Когда Dr.web будет на уровне Kaspersky?
#121
Отправлено 29 Декабрь 2011 - 19:30

user Windows 64 bit
#122
Отправлено 29 Декабрь 2011 - 19:31
А также гугль и каспера туда же прописывающегося

#123
Отправлено 29 Декабрь 2011 - 19:33
Scan Log
Version of virus signature database: 6752 (20111229)
Date: 29.12.2011 Time: 20:04:01
Scanned disks, folders and files: Operating memory;A:Boot sector;A:;C:Boot sector;C:;D:Boot sector;D:
Operating memory » C:UsersVITALIVEAVDesktopuser_10.exe - probably a variant of Win32/Agent.SFM trojan - cleaned by deleting (after the next restart) - quarantined [1,2]
т.е. в памяти эвристик работает, а на лежащий на рабочем столе файл не сработает. Я правильно понял?
#124
Отправлено 29 Декабрь 2011 - 19:43

Сообщение было изменено Vindows: 29 Декабрь 2011 - 19:43
user Windows 64 bit
#125
Отправлено 29 Декабрь 2011 - 19:47
Он ловит эвристикой все 100% маячка.
Ага, только вы забыли добавить, что тот файл, который я привел в пример и тот, что показали вы разные.
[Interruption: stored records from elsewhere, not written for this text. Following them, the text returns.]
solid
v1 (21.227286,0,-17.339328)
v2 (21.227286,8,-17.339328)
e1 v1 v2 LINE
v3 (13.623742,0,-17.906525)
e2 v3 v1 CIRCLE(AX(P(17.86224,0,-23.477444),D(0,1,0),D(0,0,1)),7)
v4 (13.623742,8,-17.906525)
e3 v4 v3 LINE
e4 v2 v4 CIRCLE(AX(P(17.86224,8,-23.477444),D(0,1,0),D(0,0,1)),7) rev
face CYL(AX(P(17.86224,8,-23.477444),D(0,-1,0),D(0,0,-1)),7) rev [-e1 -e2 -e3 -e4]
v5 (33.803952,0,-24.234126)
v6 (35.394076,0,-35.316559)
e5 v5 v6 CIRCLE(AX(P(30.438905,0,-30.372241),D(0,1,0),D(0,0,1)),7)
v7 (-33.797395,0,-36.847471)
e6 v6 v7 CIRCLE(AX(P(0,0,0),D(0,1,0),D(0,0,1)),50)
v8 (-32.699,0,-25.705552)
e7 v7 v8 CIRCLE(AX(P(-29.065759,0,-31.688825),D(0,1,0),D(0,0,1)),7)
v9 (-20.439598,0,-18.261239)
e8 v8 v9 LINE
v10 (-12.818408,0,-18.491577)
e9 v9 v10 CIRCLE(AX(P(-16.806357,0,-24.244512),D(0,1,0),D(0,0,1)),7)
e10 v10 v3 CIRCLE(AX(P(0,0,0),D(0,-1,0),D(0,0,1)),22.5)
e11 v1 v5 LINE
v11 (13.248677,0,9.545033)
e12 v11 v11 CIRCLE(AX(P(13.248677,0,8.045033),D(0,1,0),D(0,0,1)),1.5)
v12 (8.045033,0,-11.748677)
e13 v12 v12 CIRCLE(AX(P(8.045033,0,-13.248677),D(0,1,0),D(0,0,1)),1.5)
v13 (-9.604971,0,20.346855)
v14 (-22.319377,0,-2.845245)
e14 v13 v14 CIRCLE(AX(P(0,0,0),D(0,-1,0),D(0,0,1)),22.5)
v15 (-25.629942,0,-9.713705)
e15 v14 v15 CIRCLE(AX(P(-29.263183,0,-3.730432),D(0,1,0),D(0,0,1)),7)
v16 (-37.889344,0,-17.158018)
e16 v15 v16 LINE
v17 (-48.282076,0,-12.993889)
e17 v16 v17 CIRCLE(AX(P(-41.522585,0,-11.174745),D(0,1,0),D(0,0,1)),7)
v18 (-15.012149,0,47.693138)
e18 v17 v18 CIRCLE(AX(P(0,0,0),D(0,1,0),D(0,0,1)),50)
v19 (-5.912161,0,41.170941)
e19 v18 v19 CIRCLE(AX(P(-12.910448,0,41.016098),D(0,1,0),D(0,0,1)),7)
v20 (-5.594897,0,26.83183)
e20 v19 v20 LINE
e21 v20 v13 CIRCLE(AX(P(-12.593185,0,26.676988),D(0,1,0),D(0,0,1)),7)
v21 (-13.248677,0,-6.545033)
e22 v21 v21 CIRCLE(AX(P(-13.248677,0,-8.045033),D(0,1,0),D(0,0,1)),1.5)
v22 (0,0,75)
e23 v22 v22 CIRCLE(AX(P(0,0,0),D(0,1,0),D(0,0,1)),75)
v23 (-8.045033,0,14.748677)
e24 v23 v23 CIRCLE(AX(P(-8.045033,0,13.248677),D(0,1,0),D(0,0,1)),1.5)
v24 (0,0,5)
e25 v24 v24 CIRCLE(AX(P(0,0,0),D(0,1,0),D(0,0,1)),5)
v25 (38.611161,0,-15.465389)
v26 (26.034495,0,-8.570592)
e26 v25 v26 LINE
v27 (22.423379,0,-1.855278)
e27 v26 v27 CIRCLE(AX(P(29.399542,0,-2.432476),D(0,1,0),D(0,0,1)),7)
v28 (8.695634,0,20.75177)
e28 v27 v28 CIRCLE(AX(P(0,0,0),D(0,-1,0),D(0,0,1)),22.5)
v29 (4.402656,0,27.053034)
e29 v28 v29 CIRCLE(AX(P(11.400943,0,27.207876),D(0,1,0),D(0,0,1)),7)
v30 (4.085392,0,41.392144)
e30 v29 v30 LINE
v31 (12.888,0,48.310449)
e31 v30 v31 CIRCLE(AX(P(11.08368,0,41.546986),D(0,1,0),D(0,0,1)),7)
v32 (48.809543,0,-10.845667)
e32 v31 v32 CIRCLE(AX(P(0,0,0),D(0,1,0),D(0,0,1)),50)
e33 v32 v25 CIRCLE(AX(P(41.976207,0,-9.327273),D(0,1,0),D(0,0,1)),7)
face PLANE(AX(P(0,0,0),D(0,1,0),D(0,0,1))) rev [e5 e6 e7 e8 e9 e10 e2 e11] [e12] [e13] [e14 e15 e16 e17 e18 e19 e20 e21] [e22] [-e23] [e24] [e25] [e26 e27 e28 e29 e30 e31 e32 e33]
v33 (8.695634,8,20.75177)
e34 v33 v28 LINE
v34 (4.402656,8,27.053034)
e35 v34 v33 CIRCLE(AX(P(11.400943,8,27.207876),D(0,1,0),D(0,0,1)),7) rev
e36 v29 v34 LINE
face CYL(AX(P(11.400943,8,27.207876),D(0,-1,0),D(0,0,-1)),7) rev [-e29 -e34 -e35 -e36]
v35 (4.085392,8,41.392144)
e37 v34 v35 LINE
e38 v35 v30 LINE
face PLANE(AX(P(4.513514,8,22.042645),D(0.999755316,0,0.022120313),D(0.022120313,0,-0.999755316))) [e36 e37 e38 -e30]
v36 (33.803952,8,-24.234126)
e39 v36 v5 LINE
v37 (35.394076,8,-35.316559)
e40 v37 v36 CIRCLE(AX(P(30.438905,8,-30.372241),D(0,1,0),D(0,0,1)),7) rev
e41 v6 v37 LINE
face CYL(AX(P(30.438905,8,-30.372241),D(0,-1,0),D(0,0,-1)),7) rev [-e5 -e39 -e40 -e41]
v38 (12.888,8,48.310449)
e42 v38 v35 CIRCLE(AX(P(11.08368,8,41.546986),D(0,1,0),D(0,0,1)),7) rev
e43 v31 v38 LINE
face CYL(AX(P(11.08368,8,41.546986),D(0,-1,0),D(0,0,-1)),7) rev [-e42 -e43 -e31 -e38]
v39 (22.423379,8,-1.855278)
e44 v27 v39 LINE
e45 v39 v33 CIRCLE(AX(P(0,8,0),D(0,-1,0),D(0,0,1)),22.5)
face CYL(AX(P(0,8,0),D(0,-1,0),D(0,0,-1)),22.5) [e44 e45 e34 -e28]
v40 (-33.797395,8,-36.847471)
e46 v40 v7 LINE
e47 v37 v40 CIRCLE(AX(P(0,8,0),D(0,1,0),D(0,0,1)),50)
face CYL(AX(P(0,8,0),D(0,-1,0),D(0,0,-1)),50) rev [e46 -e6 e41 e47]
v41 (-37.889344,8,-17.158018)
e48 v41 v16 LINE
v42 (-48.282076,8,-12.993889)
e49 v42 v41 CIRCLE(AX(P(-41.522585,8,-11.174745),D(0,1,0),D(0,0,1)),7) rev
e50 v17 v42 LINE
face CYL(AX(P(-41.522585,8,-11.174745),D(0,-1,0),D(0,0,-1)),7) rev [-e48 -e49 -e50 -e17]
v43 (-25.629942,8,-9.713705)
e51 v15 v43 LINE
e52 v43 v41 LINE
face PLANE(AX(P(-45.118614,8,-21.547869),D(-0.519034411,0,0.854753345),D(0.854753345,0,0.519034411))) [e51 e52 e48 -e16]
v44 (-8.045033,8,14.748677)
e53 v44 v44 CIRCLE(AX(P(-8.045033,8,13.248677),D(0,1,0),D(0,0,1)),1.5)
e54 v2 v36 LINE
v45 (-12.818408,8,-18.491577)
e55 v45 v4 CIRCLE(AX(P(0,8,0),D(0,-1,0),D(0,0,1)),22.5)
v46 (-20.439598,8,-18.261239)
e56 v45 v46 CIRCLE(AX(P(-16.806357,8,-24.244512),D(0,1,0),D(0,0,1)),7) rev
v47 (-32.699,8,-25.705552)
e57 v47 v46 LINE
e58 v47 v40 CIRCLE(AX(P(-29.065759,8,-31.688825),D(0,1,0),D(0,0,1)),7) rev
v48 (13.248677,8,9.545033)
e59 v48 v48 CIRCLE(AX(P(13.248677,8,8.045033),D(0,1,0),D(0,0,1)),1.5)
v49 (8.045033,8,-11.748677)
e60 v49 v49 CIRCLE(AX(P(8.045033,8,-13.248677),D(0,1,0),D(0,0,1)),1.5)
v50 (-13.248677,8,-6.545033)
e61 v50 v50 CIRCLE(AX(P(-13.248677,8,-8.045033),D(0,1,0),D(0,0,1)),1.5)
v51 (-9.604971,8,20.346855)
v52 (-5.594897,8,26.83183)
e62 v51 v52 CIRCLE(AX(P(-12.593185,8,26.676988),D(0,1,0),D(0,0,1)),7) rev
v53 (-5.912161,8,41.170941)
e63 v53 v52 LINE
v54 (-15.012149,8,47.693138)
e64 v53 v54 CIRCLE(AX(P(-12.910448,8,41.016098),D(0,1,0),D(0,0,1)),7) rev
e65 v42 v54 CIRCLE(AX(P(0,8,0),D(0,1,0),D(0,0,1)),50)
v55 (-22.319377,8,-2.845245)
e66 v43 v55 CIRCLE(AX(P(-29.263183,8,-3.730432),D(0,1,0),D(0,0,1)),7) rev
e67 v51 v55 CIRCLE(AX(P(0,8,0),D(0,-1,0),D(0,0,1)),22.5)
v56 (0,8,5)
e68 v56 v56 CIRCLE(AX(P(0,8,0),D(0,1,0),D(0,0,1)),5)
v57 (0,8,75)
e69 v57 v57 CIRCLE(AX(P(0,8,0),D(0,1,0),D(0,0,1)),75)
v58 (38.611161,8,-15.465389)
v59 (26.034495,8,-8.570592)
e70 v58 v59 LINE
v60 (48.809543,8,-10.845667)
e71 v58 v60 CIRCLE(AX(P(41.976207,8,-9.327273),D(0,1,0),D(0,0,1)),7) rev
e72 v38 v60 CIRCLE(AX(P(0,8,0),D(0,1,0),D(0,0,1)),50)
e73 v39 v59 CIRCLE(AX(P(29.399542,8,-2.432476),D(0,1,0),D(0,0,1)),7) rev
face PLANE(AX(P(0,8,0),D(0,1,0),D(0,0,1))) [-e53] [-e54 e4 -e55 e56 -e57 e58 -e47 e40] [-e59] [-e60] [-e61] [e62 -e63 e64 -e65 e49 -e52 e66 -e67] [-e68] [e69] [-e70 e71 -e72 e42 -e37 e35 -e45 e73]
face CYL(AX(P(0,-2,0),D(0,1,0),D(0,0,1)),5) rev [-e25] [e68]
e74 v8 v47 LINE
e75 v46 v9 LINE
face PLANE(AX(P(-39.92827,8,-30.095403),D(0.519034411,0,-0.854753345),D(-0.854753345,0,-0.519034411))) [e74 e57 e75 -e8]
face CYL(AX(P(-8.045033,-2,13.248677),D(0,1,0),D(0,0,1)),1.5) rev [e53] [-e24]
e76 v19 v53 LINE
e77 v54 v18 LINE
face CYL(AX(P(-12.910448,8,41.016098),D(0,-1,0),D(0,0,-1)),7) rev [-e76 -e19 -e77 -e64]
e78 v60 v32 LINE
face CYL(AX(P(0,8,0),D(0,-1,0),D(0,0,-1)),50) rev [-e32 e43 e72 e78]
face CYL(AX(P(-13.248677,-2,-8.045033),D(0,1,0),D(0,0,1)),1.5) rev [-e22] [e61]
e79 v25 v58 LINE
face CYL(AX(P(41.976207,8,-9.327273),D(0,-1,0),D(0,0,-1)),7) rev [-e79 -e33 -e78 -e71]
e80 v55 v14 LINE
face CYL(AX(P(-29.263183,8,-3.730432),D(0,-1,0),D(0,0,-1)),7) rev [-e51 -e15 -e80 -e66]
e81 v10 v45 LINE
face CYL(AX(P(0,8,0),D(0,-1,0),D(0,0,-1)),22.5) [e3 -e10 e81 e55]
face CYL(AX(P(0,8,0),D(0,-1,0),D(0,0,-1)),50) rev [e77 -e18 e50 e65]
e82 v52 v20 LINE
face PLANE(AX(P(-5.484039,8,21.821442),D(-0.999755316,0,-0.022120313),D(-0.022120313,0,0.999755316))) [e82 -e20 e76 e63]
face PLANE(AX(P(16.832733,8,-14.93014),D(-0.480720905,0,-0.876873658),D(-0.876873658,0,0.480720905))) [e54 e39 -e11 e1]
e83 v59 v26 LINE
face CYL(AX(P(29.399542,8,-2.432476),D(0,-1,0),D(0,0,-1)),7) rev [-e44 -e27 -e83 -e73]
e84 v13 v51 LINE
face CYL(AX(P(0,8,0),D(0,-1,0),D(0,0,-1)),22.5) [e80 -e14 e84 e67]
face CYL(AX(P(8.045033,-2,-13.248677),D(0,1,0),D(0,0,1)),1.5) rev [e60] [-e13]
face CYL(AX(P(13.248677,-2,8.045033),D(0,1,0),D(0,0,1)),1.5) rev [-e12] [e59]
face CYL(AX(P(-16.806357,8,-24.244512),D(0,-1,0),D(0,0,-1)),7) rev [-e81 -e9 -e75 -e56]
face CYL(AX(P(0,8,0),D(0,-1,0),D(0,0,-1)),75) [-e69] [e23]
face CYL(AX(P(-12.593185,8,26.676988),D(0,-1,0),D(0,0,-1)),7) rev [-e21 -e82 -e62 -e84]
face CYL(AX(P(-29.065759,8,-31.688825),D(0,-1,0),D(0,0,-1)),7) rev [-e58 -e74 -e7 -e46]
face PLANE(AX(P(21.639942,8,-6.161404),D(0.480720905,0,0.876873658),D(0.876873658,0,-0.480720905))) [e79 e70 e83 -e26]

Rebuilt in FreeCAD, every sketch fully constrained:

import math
import FreeCAD as App
import Part
import Sketcher

V = App.Vector


def edges_at(feature, points):
    """Names of the edges that pass closest to the given points."""
    edges = feature.Shape.Edges
    near = lambda p: min(range(len(edges)), key=lambda i: edges[i].distToShape(Part.Vertex(*p))[0])
    return sorted({f"Edge{near(p) + 1}" for p in points})

doc = App.newDocument("Part")
params = doc.addObject("Spreadsheet::Sheet", "Params")
for row, (alias, value) in enumerate([
    ("sketch1_diameter", "150 mm"),
    ("sketch1_radius", "50 mm"),
    ("sketch1_radius2", "22.5 mm"),
    ("pad1_length", "8 mm"),
    ("fillet_radius", "7 mm"),
    ("fillet2_radius", "7 mm"),
    ("fillet3_radius", "7 mm"),
    ("sketch2_diameter", "10 mm"),
    ("pocket1_length", "10 mm"),
    ("sketch3_diameter", "3 mm"),
    ("pocket2_length", "10 mm"),
    ("fillet4_radius", "7 mm"),
], start=1):
    params.set(f"A{row}", alias)
    params.set(f"B{row}", "=" + value)
    params.setAlias(f"B{row}", alias)

body = doc.addObject("PartDesign::Body", "Body")

# Sketch on XZ plane
sketch1 = body.newObject("Sketcher::SketchObject", "Sketch")
sketch1.AttachmentSupport = (doc.getObject("XZ_Plane"), [""])
sketch1.MapMode = "FlatFace"
sketch1.addGeometry(Part.Circle(V(0, 0, 0), V(0, 0, 1), 75), False)
sketch1.addGeometry(Part.ArcOfCircle(Part.Circle(V(0, 0, 0), V(0, 0, 1), 22.5), math.radians(104.107092), math.radians(198.427916)), False)
sketch1.addGeometry(Part.LineSegment(V(-5.484039, 21.821442, 0), V(-6.099248, 49.626597, 0)), False)
sketch1.addGeometry(Part.ArcOfCircle(Part.Circle(V(0, 0, 0), V(0, 0, 1), 50), math.radians(97.006674), math.radians(205.528333)), False)
sketch1.addGeometry(Part.LineSegment(V(-45.118614, -21.547869, 0), V(-21.346247, -7.112504, 0)), False)
sketch1.addGeometry(Part.LineSegment(V(-16.155903, -15.660038, 0), V(-39.92827, -30.095403, 0)), False)
sketch1.addGeometry(Part.ArcOfCircle(Part.Circle(V(0, 0, 0), V(0, 0, 1), 50), math.radians(-142.993326), math.radians(-34.471667)), False)
sketch1.addGeometry(Part.LineSegment(V(41.220309, -28.299931, 0), V(16.832733, -14.93014, 0)), False)
sketch1.addGeometry(Part.ArcOfCircle(Part.Circle(V(0, 0, 0), V(0, 0, 1), 22.5), math.radians(-135.892908), math.radians(-41.572084)), False)
sketch1.addGeometry(Part.LineSegment(V(3.898305, 49.847801, 0), V(4.513514, 22.042645, 0)), False)
sketch1.addGeometry(Part.ArcOfCircle(Part.Circle(V(0, 0, 0), V(0, 0, 1), 22.5), math.radians(-15.892908), math.radians(78.427916)), False)
sketch1.addGeometry(Part.LineSegment(V(21.639942, -6.161404, 0), V(46.027518, -19.531195, 0)), False)
sketch1.addGeometry(Part.ArcOfCircle(Part.Circle(V(0, 0, 0), V(0, 0, 1), 50), math.radians(-22.993326), math.radians(85.528333)), False)
sketch1.addConstraint(Sketcher.Constraint("Coincident", 1, 1, 2, 1))
sketch1.addConstraint(Sketcher.Constraint("Coincident", 2, 2, 3, 1))
sketch1.addConstraint(Sketcher.Constraint("Coincident", 3, 2, 4, 1))
sketch1.addConstraint(Sketcher.Constraint("Coincident", 4, 2, 1, 2))
sketch1.addConstraint(Sketcher.Constraint("Coincident", 5, 2, 6, 1))
sketch1.addConstraint(Sketcher.Constraint("Coincident", 6, 2, 7, 1))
По хешам не сходится...

Mayachok, который тестировали вы - VT - детектится и сигнатурой DrWeb и эвристиком Panda
Mayachok, который взял я в посте #120 - VT - детектится эвристиком Panda
И вообще, я же веду не к тому, что у АВ Panda эвристик лучше чем у NOD32, или наоборот. Согласитесь, у DrWeb по сравнению с ними он сильно хромает...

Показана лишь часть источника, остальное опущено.